■ TASK TO COMPLETE ■
Look through the data below and count each line where the word "DIRECTION" appears. Reply with the count alone.

■ RECORDS FOR THIS TASK ■
════════════════════

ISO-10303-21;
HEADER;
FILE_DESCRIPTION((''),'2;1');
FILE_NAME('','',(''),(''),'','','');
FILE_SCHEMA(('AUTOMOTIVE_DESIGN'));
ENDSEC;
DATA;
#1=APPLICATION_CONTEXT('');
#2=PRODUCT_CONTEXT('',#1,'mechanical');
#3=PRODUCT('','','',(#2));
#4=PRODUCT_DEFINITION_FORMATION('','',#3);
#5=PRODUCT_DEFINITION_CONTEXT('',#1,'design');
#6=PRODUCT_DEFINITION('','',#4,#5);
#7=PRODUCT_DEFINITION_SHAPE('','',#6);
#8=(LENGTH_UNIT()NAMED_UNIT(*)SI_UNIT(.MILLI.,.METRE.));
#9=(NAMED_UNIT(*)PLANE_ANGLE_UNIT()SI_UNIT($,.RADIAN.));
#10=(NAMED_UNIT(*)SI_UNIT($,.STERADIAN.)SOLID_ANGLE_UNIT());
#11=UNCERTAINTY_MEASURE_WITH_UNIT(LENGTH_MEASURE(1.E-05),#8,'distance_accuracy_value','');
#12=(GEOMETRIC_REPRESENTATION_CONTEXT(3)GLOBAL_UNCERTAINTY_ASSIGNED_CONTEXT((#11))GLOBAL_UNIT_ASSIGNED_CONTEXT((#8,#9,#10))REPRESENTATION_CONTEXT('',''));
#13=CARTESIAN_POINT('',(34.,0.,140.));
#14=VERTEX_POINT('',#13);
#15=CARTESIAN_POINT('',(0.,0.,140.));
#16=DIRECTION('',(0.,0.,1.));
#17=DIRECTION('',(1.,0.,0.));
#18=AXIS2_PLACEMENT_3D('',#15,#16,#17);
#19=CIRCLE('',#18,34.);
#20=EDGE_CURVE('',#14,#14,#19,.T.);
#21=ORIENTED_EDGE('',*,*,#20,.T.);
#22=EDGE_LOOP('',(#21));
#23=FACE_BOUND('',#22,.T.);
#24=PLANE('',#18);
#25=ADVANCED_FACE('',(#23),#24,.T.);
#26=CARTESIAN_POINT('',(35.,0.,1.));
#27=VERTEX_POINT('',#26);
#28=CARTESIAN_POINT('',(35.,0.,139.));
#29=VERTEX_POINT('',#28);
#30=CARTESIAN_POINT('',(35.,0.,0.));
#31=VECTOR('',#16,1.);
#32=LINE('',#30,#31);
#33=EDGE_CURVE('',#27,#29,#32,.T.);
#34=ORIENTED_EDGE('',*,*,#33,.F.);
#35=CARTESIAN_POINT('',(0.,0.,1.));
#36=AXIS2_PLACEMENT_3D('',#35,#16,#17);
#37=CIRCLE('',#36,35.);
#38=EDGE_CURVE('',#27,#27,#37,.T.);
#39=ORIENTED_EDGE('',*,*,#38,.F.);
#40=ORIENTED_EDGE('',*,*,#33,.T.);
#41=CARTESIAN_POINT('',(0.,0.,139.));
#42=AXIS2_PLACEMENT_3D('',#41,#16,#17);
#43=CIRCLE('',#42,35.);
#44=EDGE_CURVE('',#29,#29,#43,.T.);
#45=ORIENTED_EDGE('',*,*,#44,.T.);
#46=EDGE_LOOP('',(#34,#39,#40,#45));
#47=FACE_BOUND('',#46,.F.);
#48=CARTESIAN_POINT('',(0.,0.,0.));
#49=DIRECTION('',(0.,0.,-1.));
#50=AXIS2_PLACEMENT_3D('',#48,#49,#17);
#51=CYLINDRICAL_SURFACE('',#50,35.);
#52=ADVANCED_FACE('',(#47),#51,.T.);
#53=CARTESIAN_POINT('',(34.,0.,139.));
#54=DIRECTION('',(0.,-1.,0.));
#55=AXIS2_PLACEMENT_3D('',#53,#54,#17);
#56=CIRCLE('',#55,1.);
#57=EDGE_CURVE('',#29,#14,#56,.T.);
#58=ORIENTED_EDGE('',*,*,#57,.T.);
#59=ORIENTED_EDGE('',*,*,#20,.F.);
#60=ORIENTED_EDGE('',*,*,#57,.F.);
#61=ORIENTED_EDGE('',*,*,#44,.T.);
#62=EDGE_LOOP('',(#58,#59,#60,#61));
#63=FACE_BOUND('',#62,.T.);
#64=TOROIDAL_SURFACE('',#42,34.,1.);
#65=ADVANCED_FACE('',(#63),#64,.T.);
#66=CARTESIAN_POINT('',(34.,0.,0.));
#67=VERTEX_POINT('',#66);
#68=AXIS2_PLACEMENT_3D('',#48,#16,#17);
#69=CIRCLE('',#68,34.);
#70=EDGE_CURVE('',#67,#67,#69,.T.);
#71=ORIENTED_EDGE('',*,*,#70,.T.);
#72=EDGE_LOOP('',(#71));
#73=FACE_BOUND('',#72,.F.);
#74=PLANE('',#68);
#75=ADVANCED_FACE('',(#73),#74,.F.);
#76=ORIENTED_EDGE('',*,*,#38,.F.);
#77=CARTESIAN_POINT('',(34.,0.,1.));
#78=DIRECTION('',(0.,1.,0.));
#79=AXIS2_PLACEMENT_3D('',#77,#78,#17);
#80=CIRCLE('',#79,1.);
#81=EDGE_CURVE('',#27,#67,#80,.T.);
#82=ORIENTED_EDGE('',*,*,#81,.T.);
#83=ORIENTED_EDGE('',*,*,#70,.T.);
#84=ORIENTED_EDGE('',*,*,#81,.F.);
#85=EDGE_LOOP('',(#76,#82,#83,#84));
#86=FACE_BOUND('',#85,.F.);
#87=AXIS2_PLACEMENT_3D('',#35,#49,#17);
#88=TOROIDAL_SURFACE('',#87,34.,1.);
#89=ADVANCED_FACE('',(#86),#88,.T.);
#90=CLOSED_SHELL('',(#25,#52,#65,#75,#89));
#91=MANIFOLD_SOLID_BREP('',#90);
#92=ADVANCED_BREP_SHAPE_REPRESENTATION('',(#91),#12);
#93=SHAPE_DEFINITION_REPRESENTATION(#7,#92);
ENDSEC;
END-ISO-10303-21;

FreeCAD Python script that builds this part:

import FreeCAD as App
import Part
import Sketcher
Q = App.Units.Quantity


def edges_at(feature, points):
    """Names of the edges that pass closest to the given points."""
    edges = feature.Shape.Edges
    near = lambda p: min(range(len(edges)), key=lambda i: edges[i].distToShape(Part.Vertex(*p))[0])
    return sorted({f"Edge{near(p) + 1}" for p in points})

doc = App.newDocument("Part")
body = doc.addObject("PartDesign::Body", "Body")

sketch1 = doc.addObject("Sketcher::SketchObject", "Sketch")
body.addObject(sketch1)
sketch1.AttachmentSupport = (doc.XY_Plane, [""])
sketch1.MapMode = "FlatFace"
sketch1.addGeometry(Part.Circle(App.Vector(0, 0, 0), App.Vector(0, 0, 1), 35), False)
sketch1.addConstraint([
    Sketcher.Constraint("Coincident", 0, 3, -1, 1),
    Sketcher.Constraint("Diameter", 0, Q("70 mm")),
])
pad1 = doc.addObject("PartDesign::Pad", "Pad")
body.addObject(pad1)
pad1.Profile = sketch1
pad1.Length = 140
doc.recompute()

fillet = doc.addObject("PartDesign::Fillet", "Fillet")
body.addObject(fillet)
fillet.Base = (pad1, edges_at(pad1, [(-35, 0, 140), (-35, 0, 0)]))
fillet.Radius = 1

doc.recompute()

════════════════════

■ ANSWER SPACE ■
5